Pasaron más de dos minutos, por lo que volví lentamente en la cama. Me senté, sin dejar de ver la entrada, hasta que golpearon otra vez.

—¿Quién es? —dije, tratando de ser valiente como el otro día en el bosque, con el fantasma del risco.

Hubo silencio, por supuesto. Nadie abrió la puerta, nadie hizo nada. Me dio cosa moverme, pero me levanté y volví a abrir la puerta. El pasillo estaba vacío. La cerré otra vez y me senté en la cama, de nuevo. Golpearon apenas apoyé el culo en el colchón.

—¿Quién es? —repetí, con voz más autoritaria—. ¿Qué querés?

La única respuesta fue otro golpecito.

—Podés pasar —dije, esperando no arrepentirme. Tragué saliva y tomé aire antes de que el silencio diera lugar a una figura que atravesó la puerta. Era una niña, una preadolescente bastante alta que me miró con sus ojos oscuros carentes de brillo. Ella no parecía estar viva, como Daniel esa vez en 2017. Su cuerpo no tenía gracia ni solidez. Era como el hombre del risco, como un muñeco flotante y tétrico. Me encogí, aterrada—. ¿Quién sos? ¿Qué querés?

—Sos la que habla con los muertos —murmuró la chica, sin dejarme claro si me estaba mirando o no—. La que no entiende alemán.

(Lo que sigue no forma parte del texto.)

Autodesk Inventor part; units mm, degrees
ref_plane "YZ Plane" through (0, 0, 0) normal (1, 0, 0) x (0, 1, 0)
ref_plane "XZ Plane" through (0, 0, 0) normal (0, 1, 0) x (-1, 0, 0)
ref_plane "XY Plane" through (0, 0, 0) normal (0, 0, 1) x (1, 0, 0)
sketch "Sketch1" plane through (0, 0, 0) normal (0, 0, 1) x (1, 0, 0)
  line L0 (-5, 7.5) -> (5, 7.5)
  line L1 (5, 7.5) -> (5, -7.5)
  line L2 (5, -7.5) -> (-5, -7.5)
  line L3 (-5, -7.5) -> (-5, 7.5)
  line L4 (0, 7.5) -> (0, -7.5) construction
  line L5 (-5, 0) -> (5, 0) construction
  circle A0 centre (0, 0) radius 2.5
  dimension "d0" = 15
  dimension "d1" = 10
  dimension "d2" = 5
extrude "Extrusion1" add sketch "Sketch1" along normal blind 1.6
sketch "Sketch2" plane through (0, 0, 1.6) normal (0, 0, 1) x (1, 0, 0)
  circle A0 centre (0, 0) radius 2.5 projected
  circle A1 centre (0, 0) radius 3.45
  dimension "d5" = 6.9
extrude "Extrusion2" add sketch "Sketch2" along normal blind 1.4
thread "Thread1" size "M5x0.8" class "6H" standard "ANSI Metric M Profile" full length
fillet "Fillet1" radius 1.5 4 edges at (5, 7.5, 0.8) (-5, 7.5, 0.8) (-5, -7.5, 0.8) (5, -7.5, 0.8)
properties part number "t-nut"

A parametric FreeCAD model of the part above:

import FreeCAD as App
import Part
import Sketcher
from FreeCAD import Vector


def edges_at(feature, points):
    """Names of the edges that pass closest to the given points."""
    edges = feature.Shape.Edges
    near = lambda p: min(range(len(edges)), key=lambda i: edges[i].distToShape(Part.Vertex(*p))[0])
    return sorted({f"Edge{near(p) + 1}" for p in points})


def add_polygon(sketch, points):
    """Adds a closed chain of lines whose ends are joined by coincident constraints."""
    first, n = sketch.GeometryCount, len(points)
    for a, b in zip(points, points[1:] + points[:1]):
        sketch.addGeometry(Part.LineSegment(App.Vector(*a, 0), App.Vector(*b, 0)), False)
    for i in range(n):
        sketch.addConstraint(Sketcher.Constraint("Coincident", first + i, 2, first + (i + 1) % n, 1))

doc = App.newDocument("Part")
body = doc.addObject("PartDesign::Body", "Body")

sketch1 = doc.addObject("Sketcher::SketchObject", "Sketch")
body.addObject(sketch1)
sketch1.AttachmentSupport = (doc.XY_Plane, [""])
sketch1.MapMode = "FlatFace"
add_polygon(sketch1, [(5, 7.5), (-5, 7.5), (-5, -7.5), (5, -7.5)])
sketch1.addGeometry(Part.Circle(Vector(0, 0, 0), Vector(0, 0, 1), 2.5), False)
sketch1.addConstraint([
    Sketcher.Constraint("Horizontal", 0),
    Sketcher.Constraint("Vertical", 1),
    Sketcher.Constraint("Horizontal", 2),
    Sketcher.Constraint("Vertical", 3),
    Sketcher.Constraint("Coincident", 4, 3, -1, 1),
    Sketcher.Constraint("Symmetric", 0, 2, 2, 2, -1, 1),
    Sketcher.Constraint("Diameter", 4, 5.0),
    Sketcher.Constraint("DistanceX", 0, 2, 0, 1, 10.0),
    Sketcher.Constraint("DistanceY", 1, 2, 1, 1, 15.0),
])
pad1 = doc.addObject("PartDesign::Pad", "Pad")
body.addObject(pad1)
pad1.Profile = sketch1
pad1.Length = 1.6

sketch2 = doc.addObject("Sketcher::SketchObject", "Sketch001")
body.addObject(sketch2)
sketch2.AttachmentSupport = (doc.XY_Plane, [""])
sketch2.MapMode = "FlatFace"
sketch2.AttachmentOffset = App.Placement(Vector(0, 0, 1.6), App.Rotation())
sketch2.addGeometry([
    Part.Circle(Vector(0, 0, 0), Vector(0, 0, 1), 3.5),
    Part.Circle(Vector(0, 0, 0), Vector(0, 0, 1), 2.5),
], False)
sketch2.addConstraint([
    Sketcher.Constraint("Coincident", 0, 3, -1, 1),
    Sketcher.Constraint("Coincident", 1, 3, -1, 1),
    Sketcher.Constraint("Diameter", 0, 6.9),
    Sketcher.Constraint("Diameter", 1, 5.0),
])
pad2 = doc.addObject("PartDesign::Pad", "Pad001")
body.addObject(pad2)
pad2.Profile = sketch2
pad2.Length = 1.4
doc.recompute()

fillet = doc.addObject("PartDesign::Fillet", "Fillet")
body.addObject(fillet)
fillet.Base = (pad2, edges_at(pad2, [
    (5, 7.5, 0.8),
    (-5, 7.5, 0.8),
    (-5, -7.5, 0.8),
    (5, -7.5, 0.8),
]))
fillet.Radius = 1.5

doc.recompute()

Me quedé muda. No pude contestar ni siquiera eso. El fantasma de la chica estuvo allí, como si flotara, en medio de mi habitación durante todo el rato que estuve callada y asustada.

Al final, alcancé mi voz en medio de mi garganta y logré decir algo.

—No, no entiendo alemán.

—No sos Daria —dijo.

—No, me llamo Brisa. ¿Cómo lo sabés?

El fantasma parpadeó.

—Se lo dijiste a Enrique, le dijiste que no eras Daria.

El corazón estuvo a punto de salirme de mi pecho. Ella tenía razón, se lo había dicho al fantasma del precipicio.

—Le dije que no hablaba alemán —repetí, impresionada. Las cosas se estaban poniendo demasiado interesantes para mi gusto.